Ilan Sharon, Minnesotans Against Terrorism

Ilan Sharon, a son of Jewish refugees from Libya and Egypt, was born and raised in Haifa, Israel.  Following his army service where he ranked as a Captain, he started a software company in Israel that later merged with a Minneapolis based company.   

As the Executive Director of Minnesotans Against Terrorism, Ilan speaks frequently on the issue of terrorism and the struggle for Peace in the Middle East. He presents to thousands, at various conferences, high schools, colleges, churches, synagogues and community events. Ilan and M.A.T has garnered wide spread media coverage including television broadcasts and radio shows.

What got you interested in fighting radical Islam?

Both my parents were born and raised in Muslim countries where some Muslims treated them nicely and some didn’t.  I was born and raised in Haifa, Israel where to this day Jews, Muslims, and Christians live in coexistence.  I used to visit Muslim cities in the area, and had Muslim friends. But still, we were in a constant war with the Muslim countries around us and I always hoped for a time where we could live in peace with our neighbors.

When the Oslo Peace Process started, I thought there was hope.  In the early 90's my company was acquired by a US-based company and I relocated to the US, but visited Israel often. In September 2000 I was in Israel when the second intifada started.  I recall watching on television how two Israeli reserve soldiers who accidentally drove to Ramallah, a Muslim city in the West Bank were lynched to death and their bodies were thrown out the window into a large angry crowd who continued to beat their corpses.

I couldn’t understand how after working towards peace for eight years, there was more hate than understanding.  I could no longer visit the same Arab cities I had as a boy. I decided to research the issue; including getting a hold on what is being said on Palestinian television, radio, newspapers and in mosques. What I discovered shocked and horrified me. Radical Islamic organizations had taken hold of the media and the mosque pulpit to spread hate towards America, Israel, Christians, Jews, and anyone that is not a radical Muslim. Their plan succeeded and a new Palestinian generation was growing to be radical and very dangerous, which only pushed further any hopes for peace.  

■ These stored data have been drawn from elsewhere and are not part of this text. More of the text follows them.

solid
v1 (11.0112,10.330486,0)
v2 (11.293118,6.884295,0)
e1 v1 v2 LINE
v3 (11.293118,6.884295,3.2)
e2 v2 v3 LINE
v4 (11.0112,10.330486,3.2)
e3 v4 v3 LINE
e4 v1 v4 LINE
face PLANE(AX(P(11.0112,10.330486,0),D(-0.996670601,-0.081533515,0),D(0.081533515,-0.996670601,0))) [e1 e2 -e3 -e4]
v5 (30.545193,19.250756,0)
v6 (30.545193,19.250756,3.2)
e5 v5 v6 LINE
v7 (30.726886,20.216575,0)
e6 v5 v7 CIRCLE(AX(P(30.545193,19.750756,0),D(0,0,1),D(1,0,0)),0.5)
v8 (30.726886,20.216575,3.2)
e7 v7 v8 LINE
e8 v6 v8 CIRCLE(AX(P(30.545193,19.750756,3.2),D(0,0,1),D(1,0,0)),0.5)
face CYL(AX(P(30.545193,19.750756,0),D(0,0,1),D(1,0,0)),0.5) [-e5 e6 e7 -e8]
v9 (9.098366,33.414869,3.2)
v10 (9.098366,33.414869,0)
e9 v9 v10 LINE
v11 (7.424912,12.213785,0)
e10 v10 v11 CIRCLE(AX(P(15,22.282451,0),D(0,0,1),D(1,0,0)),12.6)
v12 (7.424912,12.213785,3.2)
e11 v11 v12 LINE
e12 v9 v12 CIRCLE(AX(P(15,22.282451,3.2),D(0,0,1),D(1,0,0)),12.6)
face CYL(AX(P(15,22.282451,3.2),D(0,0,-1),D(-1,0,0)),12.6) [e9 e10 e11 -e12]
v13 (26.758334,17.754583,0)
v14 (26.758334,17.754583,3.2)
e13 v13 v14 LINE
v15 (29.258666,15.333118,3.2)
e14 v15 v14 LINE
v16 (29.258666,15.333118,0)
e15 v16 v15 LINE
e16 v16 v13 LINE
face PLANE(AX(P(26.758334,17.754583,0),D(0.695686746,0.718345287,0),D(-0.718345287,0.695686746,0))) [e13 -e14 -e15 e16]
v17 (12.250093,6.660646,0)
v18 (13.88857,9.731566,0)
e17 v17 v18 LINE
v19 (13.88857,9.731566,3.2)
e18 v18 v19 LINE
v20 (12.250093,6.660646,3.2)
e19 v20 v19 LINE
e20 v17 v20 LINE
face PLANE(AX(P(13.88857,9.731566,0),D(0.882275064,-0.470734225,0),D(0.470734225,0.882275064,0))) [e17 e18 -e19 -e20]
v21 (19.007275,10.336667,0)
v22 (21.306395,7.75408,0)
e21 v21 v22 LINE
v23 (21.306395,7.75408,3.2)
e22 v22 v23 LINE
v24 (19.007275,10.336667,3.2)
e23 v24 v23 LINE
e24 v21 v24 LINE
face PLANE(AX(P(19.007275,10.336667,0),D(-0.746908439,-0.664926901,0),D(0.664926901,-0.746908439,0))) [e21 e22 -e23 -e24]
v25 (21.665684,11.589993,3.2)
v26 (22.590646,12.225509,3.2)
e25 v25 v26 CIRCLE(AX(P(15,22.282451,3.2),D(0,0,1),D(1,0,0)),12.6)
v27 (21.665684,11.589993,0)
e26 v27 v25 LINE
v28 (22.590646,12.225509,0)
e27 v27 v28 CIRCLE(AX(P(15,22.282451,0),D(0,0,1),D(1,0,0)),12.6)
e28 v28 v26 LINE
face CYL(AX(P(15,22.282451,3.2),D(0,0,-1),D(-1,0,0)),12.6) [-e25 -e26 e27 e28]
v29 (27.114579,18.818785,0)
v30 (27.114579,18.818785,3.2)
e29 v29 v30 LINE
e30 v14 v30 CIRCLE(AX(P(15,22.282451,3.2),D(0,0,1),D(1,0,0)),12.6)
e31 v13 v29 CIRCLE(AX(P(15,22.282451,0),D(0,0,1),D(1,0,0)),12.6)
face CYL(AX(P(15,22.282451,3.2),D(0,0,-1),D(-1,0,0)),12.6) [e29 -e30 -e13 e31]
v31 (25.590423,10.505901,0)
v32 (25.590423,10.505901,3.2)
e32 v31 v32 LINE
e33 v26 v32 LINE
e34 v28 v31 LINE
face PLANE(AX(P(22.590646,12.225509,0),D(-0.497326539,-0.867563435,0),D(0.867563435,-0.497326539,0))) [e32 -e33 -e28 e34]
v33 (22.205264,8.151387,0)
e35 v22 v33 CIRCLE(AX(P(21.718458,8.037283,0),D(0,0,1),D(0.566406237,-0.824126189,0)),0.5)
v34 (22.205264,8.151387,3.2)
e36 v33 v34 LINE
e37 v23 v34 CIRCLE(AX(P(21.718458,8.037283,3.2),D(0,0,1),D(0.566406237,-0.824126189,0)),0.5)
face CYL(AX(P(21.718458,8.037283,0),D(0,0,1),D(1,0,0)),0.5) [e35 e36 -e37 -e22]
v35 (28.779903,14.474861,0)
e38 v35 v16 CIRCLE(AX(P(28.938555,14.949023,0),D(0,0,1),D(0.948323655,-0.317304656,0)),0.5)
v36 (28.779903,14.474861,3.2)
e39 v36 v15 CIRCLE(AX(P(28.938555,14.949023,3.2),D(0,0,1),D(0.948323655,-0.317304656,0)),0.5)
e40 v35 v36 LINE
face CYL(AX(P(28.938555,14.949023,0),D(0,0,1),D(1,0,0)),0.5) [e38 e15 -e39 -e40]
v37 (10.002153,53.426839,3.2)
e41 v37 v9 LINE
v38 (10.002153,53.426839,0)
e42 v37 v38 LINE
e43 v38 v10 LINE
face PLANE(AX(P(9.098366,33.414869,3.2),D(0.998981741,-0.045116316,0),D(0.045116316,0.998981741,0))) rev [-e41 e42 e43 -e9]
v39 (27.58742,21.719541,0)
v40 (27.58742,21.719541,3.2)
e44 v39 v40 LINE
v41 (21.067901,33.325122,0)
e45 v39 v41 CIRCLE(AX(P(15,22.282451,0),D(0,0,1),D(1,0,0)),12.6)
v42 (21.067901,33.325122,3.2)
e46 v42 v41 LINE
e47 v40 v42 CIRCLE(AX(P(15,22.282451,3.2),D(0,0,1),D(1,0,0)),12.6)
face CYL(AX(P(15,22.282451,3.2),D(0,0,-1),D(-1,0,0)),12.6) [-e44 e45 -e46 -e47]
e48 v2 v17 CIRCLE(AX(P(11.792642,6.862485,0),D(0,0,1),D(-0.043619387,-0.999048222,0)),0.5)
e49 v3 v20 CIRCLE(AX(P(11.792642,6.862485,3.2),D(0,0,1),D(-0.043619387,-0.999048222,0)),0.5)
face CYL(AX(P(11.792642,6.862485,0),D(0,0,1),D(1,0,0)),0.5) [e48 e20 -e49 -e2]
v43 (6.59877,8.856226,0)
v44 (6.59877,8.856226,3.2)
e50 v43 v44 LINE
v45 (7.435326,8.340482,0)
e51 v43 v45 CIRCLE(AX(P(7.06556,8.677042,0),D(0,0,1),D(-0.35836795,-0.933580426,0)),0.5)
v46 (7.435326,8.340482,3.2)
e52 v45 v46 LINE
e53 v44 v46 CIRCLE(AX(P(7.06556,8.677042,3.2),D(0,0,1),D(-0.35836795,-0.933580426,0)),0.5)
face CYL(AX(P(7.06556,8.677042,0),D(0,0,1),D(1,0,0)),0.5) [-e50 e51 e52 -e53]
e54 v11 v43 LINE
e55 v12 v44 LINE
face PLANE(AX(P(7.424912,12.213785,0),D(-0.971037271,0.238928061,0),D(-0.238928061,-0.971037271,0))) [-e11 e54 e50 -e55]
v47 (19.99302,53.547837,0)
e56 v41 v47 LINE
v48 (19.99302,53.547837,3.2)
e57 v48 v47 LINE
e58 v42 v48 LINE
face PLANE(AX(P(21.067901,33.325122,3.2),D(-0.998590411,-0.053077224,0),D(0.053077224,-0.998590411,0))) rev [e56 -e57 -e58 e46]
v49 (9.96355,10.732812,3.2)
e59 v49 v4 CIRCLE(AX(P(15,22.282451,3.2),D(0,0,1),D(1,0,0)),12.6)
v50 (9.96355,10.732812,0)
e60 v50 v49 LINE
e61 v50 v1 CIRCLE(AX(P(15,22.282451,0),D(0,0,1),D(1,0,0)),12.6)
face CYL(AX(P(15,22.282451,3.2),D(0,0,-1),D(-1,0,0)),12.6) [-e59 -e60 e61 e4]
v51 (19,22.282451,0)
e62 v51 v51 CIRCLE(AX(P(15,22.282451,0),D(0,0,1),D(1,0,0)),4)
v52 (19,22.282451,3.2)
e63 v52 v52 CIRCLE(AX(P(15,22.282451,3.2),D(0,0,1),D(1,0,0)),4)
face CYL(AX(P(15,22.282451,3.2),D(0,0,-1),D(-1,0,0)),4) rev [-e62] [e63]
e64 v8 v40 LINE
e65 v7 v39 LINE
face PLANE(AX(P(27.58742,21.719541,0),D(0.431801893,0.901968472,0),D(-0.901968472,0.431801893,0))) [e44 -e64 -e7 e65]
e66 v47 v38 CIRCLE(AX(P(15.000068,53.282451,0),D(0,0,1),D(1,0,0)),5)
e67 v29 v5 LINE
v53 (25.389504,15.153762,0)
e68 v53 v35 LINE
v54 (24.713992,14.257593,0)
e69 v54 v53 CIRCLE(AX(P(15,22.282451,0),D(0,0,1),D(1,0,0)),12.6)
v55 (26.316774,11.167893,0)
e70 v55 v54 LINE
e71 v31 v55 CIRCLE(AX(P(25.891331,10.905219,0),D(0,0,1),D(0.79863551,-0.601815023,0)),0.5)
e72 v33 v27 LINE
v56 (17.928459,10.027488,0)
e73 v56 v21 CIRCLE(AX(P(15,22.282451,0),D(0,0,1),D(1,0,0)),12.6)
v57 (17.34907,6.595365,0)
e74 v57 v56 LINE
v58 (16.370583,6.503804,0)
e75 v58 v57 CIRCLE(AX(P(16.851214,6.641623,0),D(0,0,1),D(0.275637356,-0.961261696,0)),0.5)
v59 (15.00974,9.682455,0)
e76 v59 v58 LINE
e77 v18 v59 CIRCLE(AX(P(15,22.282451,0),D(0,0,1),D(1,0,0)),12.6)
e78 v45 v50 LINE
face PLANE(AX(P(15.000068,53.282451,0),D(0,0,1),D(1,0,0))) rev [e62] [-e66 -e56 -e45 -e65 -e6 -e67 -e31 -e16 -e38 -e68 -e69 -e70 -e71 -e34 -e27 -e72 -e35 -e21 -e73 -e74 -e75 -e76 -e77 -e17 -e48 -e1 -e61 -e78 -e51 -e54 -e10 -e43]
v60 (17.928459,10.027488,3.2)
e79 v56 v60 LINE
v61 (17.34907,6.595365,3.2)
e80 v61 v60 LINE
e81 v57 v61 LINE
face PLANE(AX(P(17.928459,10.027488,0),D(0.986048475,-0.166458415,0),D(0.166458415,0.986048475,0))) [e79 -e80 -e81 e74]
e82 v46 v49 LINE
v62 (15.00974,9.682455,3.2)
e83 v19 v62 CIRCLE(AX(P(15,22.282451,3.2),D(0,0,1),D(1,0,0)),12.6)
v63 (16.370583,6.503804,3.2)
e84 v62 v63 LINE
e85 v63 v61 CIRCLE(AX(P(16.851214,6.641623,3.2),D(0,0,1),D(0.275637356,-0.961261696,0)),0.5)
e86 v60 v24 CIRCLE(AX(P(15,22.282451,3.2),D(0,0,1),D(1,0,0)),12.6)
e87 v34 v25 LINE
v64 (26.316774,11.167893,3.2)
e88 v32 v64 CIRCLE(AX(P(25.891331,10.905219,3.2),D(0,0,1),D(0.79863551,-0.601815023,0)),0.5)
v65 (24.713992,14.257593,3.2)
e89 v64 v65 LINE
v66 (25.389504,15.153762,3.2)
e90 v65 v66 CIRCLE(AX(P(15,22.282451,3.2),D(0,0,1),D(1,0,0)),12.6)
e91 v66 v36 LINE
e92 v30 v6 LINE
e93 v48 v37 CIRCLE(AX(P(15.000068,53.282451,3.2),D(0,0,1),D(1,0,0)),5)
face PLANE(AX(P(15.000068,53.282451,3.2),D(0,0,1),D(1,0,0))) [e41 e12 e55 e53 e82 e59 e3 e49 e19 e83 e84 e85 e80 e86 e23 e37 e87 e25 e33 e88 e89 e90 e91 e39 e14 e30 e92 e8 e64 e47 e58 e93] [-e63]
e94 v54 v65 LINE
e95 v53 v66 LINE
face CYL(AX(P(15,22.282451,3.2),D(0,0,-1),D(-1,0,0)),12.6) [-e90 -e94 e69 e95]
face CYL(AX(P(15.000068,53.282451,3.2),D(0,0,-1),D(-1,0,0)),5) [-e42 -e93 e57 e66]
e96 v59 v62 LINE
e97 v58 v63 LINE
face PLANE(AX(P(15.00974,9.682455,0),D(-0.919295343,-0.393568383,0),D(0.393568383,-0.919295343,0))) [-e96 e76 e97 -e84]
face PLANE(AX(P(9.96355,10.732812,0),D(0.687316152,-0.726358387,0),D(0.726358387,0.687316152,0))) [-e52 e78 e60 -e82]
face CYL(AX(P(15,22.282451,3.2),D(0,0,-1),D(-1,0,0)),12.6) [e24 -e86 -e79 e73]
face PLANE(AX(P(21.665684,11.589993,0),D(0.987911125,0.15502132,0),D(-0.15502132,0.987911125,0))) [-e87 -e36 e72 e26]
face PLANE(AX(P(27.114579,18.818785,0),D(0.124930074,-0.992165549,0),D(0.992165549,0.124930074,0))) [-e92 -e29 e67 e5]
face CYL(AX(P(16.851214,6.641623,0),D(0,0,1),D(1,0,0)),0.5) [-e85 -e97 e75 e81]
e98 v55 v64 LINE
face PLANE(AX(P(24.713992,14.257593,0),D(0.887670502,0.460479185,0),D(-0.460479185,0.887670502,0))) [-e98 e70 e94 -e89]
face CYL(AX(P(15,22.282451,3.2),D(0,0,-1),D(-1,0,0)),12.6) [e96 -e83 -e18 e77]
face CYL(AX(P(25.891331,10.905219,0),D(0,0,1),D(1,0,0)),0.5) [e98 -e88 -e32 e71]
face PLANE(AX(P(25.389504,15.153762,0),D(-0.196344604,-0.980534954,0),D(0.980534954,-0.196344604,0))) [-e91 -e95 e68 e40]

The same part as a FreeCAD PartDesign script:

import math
import FreeCAD as App
import Part
import Sketcher

V = App.Vector

doc = App.newDocument("Part")
params = doc.addObject("Spreadsheet::Sheet", "Params")
for row, (alias, value) in enumerate([
    ("sketch1_diameter", "8 mm"),
    ("sketch1_radius", "5 mm"),
    ("sketch1_radius2", "12.6 mm"),
    ("pad1_length", "3.2 mm"),
    ("sketch2_radius", "12.6 mm"),
    ("sketch2_radius2", "0.5 mm"),
    ("pad2_length", "3.2 mm"),
], start=1):
    params.set(f"A{row}", alias)
    params.set(f"B{row}", "=" + value)
    params.setAlias(f"B{row}", alias)

body = doc.addObject("PartDesign::Body", "Body")

# Sketch on XY plane
sketch1 = body.newObject("Sketcher::SketchObject", "Sketch")
sketch1.AttachmentSupport = (doc.getObject("XY_Plane"), [""])
sketch1.MapMode = "FlatFace"
sketch1.addGeometry(Part.LineSegment(V(21.067901, 33.325122, 0), V(19.99302, 53.547837, 0)), False)
sketch1.addGeometry(Part.ArcOfCircle(Part.Circle(V(15.000068, 53.282451, 0), V(0, 0, 1), 5), math.radians(3.042531), math.radians(178.345212)), False)
sketch1.addGeometry(Part.LineSegment(V(10.002153, 53.426839, 0), V(9.098366, 33.414869, 0)), False)
sketch1.addGeometry(Part.ArcOfCircle(Part.Circle(V(15, 22.282451, 0), V(0, 0, 1), 12.6), math.radians(117.929425), math.radians(421.211393)), False)
sketch1.addGeometry(Part.Circle(V(15, 22.282451, 0), V(0, 0, 1), 4), False)
sketch1.addConstraint(Sketcher.Constraint("Tangent", 0, 2, 1, 1))
sketch1.addConstraint(Sketcher.Constraint("Coincident", 1, 2, 2, 1))
sketch1.addConstraint(Sketcher.Constraint("Coincident", 2, 2, 3, 1))
sketch1.addConstraint(Sketcher.Constraint("Coincident", 3, 2, 0, 1))
sketch1.addConstraint(Sketcher.Constraint("Coincident", 4, 3, 3, 3))
sketch1.addConstraint(Sketcher.Constraint("Diameter", 4, 8.0))
sketch1.addConstraint(Sketcher.Constraint("Radius", 1, 5.0))
sketch1.addConstraint(Sketcher.Constraint("Radius", 3, 12.6))
sketch1.addConstraint(Sketcher.Constraint("DistanceX", -1, 1, 3, 3, 15.0))
sketch1.addConstraint(Sketcher.Constraint("DistanceY", 3, 3, 1, 3, 31.0))
sketch1.addConstraint(Sketcher.Constraint("DistanceY", 1, 2, 0, 2, 0.120999))
sketch1.addConstraint(Sketcher.Constraint("DistanceX", -1, 1, 3, 2, 21.067901))
sketch1.addConstraint(Sketcher.Constraint("DistanceX", 2, 2, 1, 3, 5.901701))
sketch1.addConstraint(Sketcher.Constraint("Distance", 0, 20.251261))
sketch1.addConstraint(Sketcher.Constraint("DistanceY", -1, 1, 1, 3, 53.282451))
sketch1.setExpression("Constraints[5]", "Params.sketch1_diameter")
sketch1.setExpression("Constraints[6]", "Params.sketch1_radius")
sketch1.setExpression("Constraints[7]", "Params.sketch1_radius2")
pad1 = body.newObject("PartDesign::Pad", "Pad")
pad1.Profile = sketch1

When I was back in the US I noticed the sweeping victory of the radical Muslim supporters and apologetics in the media. The main stream media was bending over backward to not portray the Palestinian radical Muslim terrorists as terrorists.  This is when I realized how dangerous these groups might be and when I decided that I need to do something about it.

What drives/inspires you?

I am a trained software engineer, which is my favorite job, however, I believe that what I do now is more important and will make more of an impact on the future world for my kids and grandkids.  When I finish a presentation or a project that has reached many people, I feel that I did the right thing and it keeps me going.  

It is extremely rewarding when moderate Muslim students approach me following a presentation and thank me for the presentation. Some even ask if I can come back and talk to another group. I enjoy getting to know people with similar values and their passion keeps me going. Last but not least, the support I receive from my wife to continue doing what I am doing, despite the fact that I took a big “pay cut” from my previous “normal job” is a great source of strength.

How do you feel you are making a difference?

When we founded M.A.T., we utilized a detailed survey and feedback tools which allow us to measure the success of various projects. The results so far have been better than we originally anticipated. One of the ways that we can judge our success is that those that disagree with us are trying to prevent us from speaking out. Their fear signifies that we have something important and legitimate to say. In addition to winning awards, we have also received wide media coverage that has been very positive. The coverage from our campaigns has encouraged others around the nation to start similar initiatives and we are proud to be a positive example for change.

What advice would you give to someone who wants to make a difference but doesn’t know how?

That is the amazing thing about the great documentaries that I have had the privilege to be a part of.  So many people tell me that they have wanted to do something for a while but felt that they either don’t know enough on the issue or are not comfortable to speak on it.  

The documentaries Obsession and The Third Jihad are a useful resource as they tell the story in a professional, factual and interesting way. I encourage individuals to invite a few friends or family over, and have a movie night to watch one of the films. Many even gave the DVDs away as holiday gifts for friends and family. For others I encourage them to help financially support these projects. At M.A.T., we make it easy for everyone to get informed and involved in some way or another.

Is there hope for the future, if yes, where?

Yes, there is hope. There will be good times and bad, but if we continue to embrace good values and remember that we are doing it for our kids and grandkids, we will succeed. The oppressive style of tyranny in radical Islam will not allow its followers to flourish in the long run, at the end of the day, our western values of freedom and human rights provide the best environment for society to succeed, and we will.

What is the goal of your organization?

We have a nicely defined mission statement which you can read on our website (http://www.MATmn.org), but our real goal is… to go out of business! I know it sounds funny, but this is what we are hoping for, that there will be no need for us to do what we do. Yes, it might take some time, but hopefully I will get to see it happen.